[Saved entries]
━━━━━━━━━━━━━━━━━━━━━━━━━━━━━━
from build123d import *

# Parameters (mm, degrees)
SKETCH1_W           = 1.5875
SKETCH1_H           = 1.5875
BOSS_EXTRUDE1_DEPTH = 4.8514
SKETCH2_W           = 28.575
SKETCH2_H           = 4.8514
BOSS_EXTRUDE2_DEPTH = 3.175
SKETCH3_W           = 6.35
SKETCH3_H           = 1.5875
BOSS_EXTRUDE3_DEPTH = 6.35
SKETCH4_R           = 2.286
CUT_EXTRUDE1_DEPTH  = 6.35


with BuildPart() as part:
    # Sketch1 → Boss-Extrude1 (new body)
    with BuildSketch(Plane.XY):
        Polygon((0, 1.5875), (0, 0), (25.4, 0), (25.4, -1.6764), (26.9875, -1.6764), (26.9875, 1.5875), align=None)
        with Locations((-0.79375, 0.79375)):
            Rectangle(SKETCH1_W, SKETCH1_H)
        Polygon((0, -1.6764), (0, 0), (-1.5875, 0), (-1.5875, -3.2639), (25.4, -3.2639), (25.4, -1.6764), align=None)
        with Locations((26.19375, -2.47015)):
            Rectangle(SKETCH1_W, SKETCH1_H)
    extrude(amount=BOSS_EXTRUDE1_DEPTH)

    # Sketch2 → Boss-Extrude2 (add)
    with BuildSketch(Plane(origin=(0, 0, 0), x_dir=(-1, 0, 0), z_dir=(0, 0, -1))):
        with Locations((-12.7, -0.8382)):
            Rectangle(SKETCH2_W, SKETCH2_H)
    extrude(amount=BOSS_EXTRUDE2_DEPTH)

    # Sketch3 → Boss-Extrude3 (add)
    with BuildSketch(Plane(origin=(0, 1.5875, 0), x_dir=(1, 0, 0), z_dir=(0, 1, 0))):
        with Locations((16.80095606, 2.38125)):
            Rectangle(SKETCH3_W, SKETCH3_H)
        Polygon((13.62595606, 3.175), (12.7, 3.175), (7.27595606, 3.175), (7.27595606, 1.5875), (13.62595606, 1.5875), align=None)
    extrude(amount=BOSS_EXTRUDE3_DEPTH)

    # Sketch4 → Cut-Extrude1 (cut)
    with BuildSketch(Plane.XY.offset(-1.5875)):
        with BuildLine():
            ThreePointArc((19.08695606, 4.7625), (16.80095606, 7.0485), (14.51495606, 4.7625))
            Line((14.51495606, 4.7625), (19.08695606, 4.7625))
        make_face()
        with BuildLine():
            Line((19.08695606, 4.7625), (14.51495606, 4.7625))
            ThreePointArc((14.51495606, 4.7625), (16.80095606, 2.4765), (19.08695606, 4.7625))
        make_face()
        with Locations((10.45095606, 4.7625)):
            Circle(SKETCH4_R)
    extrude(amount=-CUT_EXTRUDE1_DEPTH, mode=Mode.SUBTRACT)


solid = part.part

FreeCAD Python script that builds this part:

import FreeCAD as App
import Part
import Sketcher
from FreeCAD import Vector
Q = App.Units.Quantity

doc = App.newDocument("Part")
params = doc.addObject("Spreadsheet::Sheet", "Params")
for row, (alias, value) in enumerate([
    ("sketch1_width", "1 in"),
    ("sketch1_width2", "1.125 in"),
    ("sketch1_height", "0.191 in"),
    ("sketch1_height2", "0.066 in"),
    ("pad1_length", "0.191 in"),
    ("sketch2_width", "1.125 in"),
    ("sketch2_height", "0.191 in"),
    ("pad2_length", "0.125 in"),
    ("sketch3_width", "0.5 in"),
    ("sketch3_height", "0.0625 in"),
    ("pad3_length", "0.25 in"),
    ("sketch4_diameter", "0.18 in"),
    ("pocket1_length", "0.25 in"),
], start=1):
    params.set(f"A{row}", alias)
    params.set(f"B{row}", "=" + value)
    params.setAlias(f"B{row}", alias)

body = doc.addObject("PartDesign::Body", "Body")

# Sketch on XY plane
sketch1 = doc.addObject("Sketcher::SketchObject", "Sketch")
body.addObject(sketch1)
sketch1.AttachmentSupport = (doc.XY_Plane, [""])
sketch1.MapMode = "FlatFace"
sketch1.addGeometry(Part.LineSegment(Vector(-1.5875, -3.2639, 0), Vector(26.9875, -3.2639, 0)), False)
sketch1.addGeometry(Part.LineSegment(Vector(26.9875, -3.2639, 0), Vector(26.9875, 1.5875, 0)), False)
sketch1.addGeometry(Part.LineSegment(Vector(26.9875, 1.5875, 0), Vector(-1.5875, 1.5875, 0)), False)
sketch1.addGeometry(Part.LineSegment(Vector(-1.5875, 1.5875, 0), Vector(-1.5875, -3.2639, 0)), False)
sketch1.addGeometry(Part.LineSegment(Vector(25.4, 0, 0), Vector(25.4, -1.6764, 0)), False)
sketch1.addGeometry(Part.LineSegment(Vector(25.4, -1.6764, 0), Vector(0, -1.6764, 0)), False)
sketch1.addGeometry(Part.LineSegment(Vector(0, -1.6764, 0), Vector(0, 0, 0)), False)
sketch1.addGeometry(Part.LineSegment(Vector(0, 0, 0), Vector(25.4, 0, 0)), False)
sketch1.addConstraint(Sketcher.Constraint("Coincident", 0, 2, 1, 1))
sketch1.addConstraint(Sketcher.Constraint("Coincident", 1, 2, 2, 1))
sketch1.addConstraint(Sketcher.Constraint("Coincident", 2, 2, 3, 1))
sketch1.addConstraint(Sketcher.Constraint("Coincident", 3, 2, 0, 1))
sketch1.addConstraint(Sketcher.Constraint("Coincident", 4, 2, 5, 1))
sketch1.addConstraint(Sketcher.Constraint("Coincident", 5, 2, 6, 1))
sketch1.addConstraint(Sketcher.Constraint("Coincident", 6, 2, 7, 1))
sketch1.addConstraint(Sketcher.Constraint("Coincident", 7, 2, 4, 1))
sketch1.addConstraint(Sketcher.Constraint("Horizontal", 0))
sketch1.addConstraint(Sketcher.Constraint("Vertical", 1))
sketch1.addConstraint(Sketcher.Constraint("Horizontal", 2))
sketch1.addConstraint(Sketcher.Constraint("Vertical", 3))
sketch1.addConstraint(Sketcher.Constraint("Vertical", 4))
sketch1.addConstraint(Sketcher.Constraint("Horizontal", 5))
sketch1.addConstraint(Sketcher.Constraint("Vertical", 6))
sketch1.addConstraint(Sketcher.Constraint("Horizontal", 7))
sketch1.addConstraint(Sketcher.Constraint("Coincident", 6, 2, -1, 1))
sketch1.addConstraint(Sketcher.Constraint("DistanceX", 5, 2, 5, 1, Q("1 in")))
sketch1.addConstraint(Sketcher.Constraint("DistanceX", 0, 1, 0, 2, Q("1.125 in")))
sketch1.addConstraint(Sketcher.Constraint("DistanceY", 1, 1, 1, 2, Q("0.191 in")))
sketch1.addConstraint(Sketcher.Constraint("DistanceY", 4, 2, 4, 1, Q("0.066 in")))
sketch1.addConstraint(Sketcher.Constraint("DistanceX", -1, 1, 0, 2, Q("1.0625 in")))
sketch1.addConstraint(Sketcher.Constraint("DistanceY", -1, 1, 1, 2, Q("0.0625 in")))
sketch1.setExpression("Constraints[17]", "Params.sketch1_width")
sketch1.setExpression("Constraints[18]", "Params.sketch1_width2")
sketch1.setExpression("Constraints[19]", "Params.sketch1_height")
sketch1.setExpression("Constraints[20]", "Params.sketch1_height2")
pad1 = doc.addObject("PartDesign::Pad", "Pad")
body.addObject(pad1)
pad1.Profile = sketch1
pad1.setExpression("Length", "Params.pad1_length")

# Sketch on XY plane
sketch2 = doc.addObject("Sketcher::SketchObject", "Sketch001")
body.addObject(sketch2)
sketch2.AttachmentSupport = (doc.XY_Plane, [""])
sketch2.MapMode = "FlatFace"
sketch2.addGeometry(Part.LineSegment(Vector(26.9875, 1.5875, 0), Vector(26.9875, -3.2639, 0)), False)
sketch2.addGeometry(Part.LineSegment(Vector(26.9875, -3.2639, 0), Vector(-1.5875, -3.2639, 0)), False)
sketch2.addGeometry(Part.LineSegment(Vector(-1.5875, -3.2639, 0), Vector(-1.5875, 1.5875, 0)), False)
sketch2.addGeometry(Part.LineSegment(Vector(-1.5875, 1.5875, 0), Vector(26.9875, 1.5875, 0)), False)
sketch2.addConstraint(Sketcher.Constraint("Coincident", 0, 2, 1, 1))
sketch2.addConstraint(Sketcher.Constraint("Coincident", 1, 2, 2, 1))
sketch2.addConstraint(Sketcher.Constraint("Coincident", 2, 2, 3, 1))
sketch2.addConstraint(Sketcher.Constraint("Coincident", 3, 2, 0, 1))
sketch2.addConstraint(Sketcher.Constraint("Vertical", 0))
sketch2.addConstraint(Sketcher.Constraint("Horizontal", 1))
sketch2.addConstraint(Sketcher.Constraint("Vertical", 2))
sketch2.addConstraint(Sketcher.Constraint("Horizontal", 3))
sketch2.addConstraint(Sketcher.Constraint("DistanceX", 1, 2, 1, 1, Q("1.125 in")))
sketch2.addConstraint(Sketcher.Constraint("DistanceY", 0, 2, 0, 1, Q("0.191 in")))
sketch2.addConstraint(Sketcher.Constraint("DistanceX", -1, 1, 0, 2, Q("1.0625 in")))
sketch2.addConstraint(Sketcher.Constraint("DistanceY", -1, 1, 2, 2, Q("0.0625 in")))
sketch2.setExpression("Constraints[8]", "Params.sketch2_width")
sketch2.setExpression("Constraints[9]", "Params.sketch2_height")
pad2 = doc.addObject("PartDesign::Pad", "Pad001")
body.addObject(pad2)
pad2.Profile = sketch2
pad2.setExpression("Length", "Params.pad2_length")
pad2.Reversed = True

# Sketch on XZ plane
sketch3 = doc.addObject("Sketcher::SketchObject", "Sketch002")
body.addObject(sketch3)
sketch3.AttachmentSupport = (doc.XZ_Plane, [""])
sketch3.MapMode = "FlatFace"
sketch3.AttachmentOffset = App.Placement(Vector(0, 0, -0.0625 * 25.4), App.Rotation())
sketch3.addGeometry(Part.LineSegment(Vector(19.975956, -1.5875, 0), Vector(19.975956, -3.175, 0)), False)
sketch3.addGeometry(Part.LineSegment(Vector(19.975956, -3.175, 0), Vector(7.275956, -3.175, 0)), False)
sketch3.addGeometry(Part.LineSegment(Vector(7.275956, -3.175, 0), Vector(7.275956, -1.5875, 0)), False)
sketch3.addGeometry(Part.LineSegment(Vector(7.275956, -1.5875, 0), Vector(19.975956, -1.5875, 0)), False)
sketch3.addConstraint(Sketcher.Constraint("Coincident", 0, 2, 1, 1))
sketch3.addConstraint(Sketcher.Constraint("Coincident", 1, 2, 2, 1))
sketch3.addConstraint(Sketcher.Constraint("Coincident", 2, 2, 3, 1))
sketch3.addConstraint(Sketcher.Constraint("Coincident", 3, 2, 0, 1))
sketch3.addConstraint(Sketcher.Constraint("Vertical", 0))
sketch3.addConstraint(Sketcher.Constraint("Horizontal", 1))
sketch3.addConstraint(Sketcher.Constraint("Vertical", 2))
sketch3.addConstraint(Sketcher.Constraint("Horizontal", 3))
sketch3.addConstraint(Sketcher.Constraint("DistanceX", 1, 2, 1, 1, Q("0.5 in")))
sketch3.addConstraint(Sketcher.Constraint("DistanceY", 0, 2, 0, 1, Q("0.0625 in")))
sketch3.addConstraint(Sketcher.Constraint("DistanceY", 0, 2, -1, 1, Q("0.125 in")))
sketch3.addConstraint(Sketcher.Constraint("DistanceX", -1, 1, 0, 2, 19.975956))
sketch3.setExpression("Constraints[8]", "Params.sketch3_width")
sketch3.setExpression("Constraints[9]", "Params.sketch3_height")
pad3 = doc.addObject("PartDesign::Pad", "Pad002")
body.addObject(pad3)
pad3.Profile = sketch3
pad3.setExpression("Length", "Params.pad3_length")
pad3.Reversed = True

# Sketch on XY plane
sketch4 = doc.addObject("Sketcher::SketchObject", "Sketch003")
body.addObject(sketch4)
sketch4.AttachmentSupport = (doc.XY_Plane, [""])
sketch4.MapMode = "FlatFace"
sketch4.AttachmentOffset = App.Placement(Vector(0, 0, -0.0625 * 25.4), App.Rotation())
sketch4.addGeometry(Part.Circle(Vector(16.800956, 4.7625, 0), Vector(0, 0, 1), 2.286), False)
sketch4.addGeometry(Part.Circle(Vector(10.450956, 4.7625, 0), Vector(0, 0, 1), 2.286), False)
sketch4.addConstraint(Sketcher.Constraint("Equal", 0, 1))
sketch4.addConstraint(Sketcher.Constraint("Horizontal", 0, 3, 1, 3))
sketch4.addConstraint(Sketcher.Constraint("Diameter", 0, Q("0.18 in")))
sketch4.addConstraint(Sketcher.Constraint("DistanceX", 1, 3, 0, 3, Q("0.25 in")))
sketch4.addConstraint(Sketcher.Constraint("DistanceY", -1, 1, 0, 3, Q("0.1875 in")))
sketch4.addConstraint(Sketcher.Constraint("DistanceX", -1, 1, 0, 3, 16.800956))
sketch4.setExpression("Constraints[2]", "Params.sketch4_diameter")
pocket1 = doc.addObject("PartDesign::Pocket", "Pocket")
body.addObject(pocket1)
pocket1.Profile = sketch4
pocket1.setExpression("Length", "Params.pocket1_length")

doc.recompute()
━━━━━━━━━━━━━━━━━━━━━━━━━━━━━━
-- Task requirements --
Once you find the line containing "with BuildPart() as", stop: reproduce exactly that line and every line of the data before it, and nothing else.

-- Completed task --
from build123d import *

# Parameters (mm, degrees)
SKETCH1_W           = 1.5875
SKETCH1_H           = 1.5875
BOSS_EXTRUDE1_DEPTH = 4.8514
SKETCH2_W           = 28.575
SKETCH2_H           = 4.8514
BOSS_EXTRUDE2_DEPTH = 3.175
SKETCH3_W           = 6.35
SKETCH3_H           = 1.5875
BOSS_EXTRUDE3_DEPTH = 6.35
SKETCH4_R           = 2.286
CUT_EXTRUDE1_DEPTH  = 6.35


with BuildPart() as part:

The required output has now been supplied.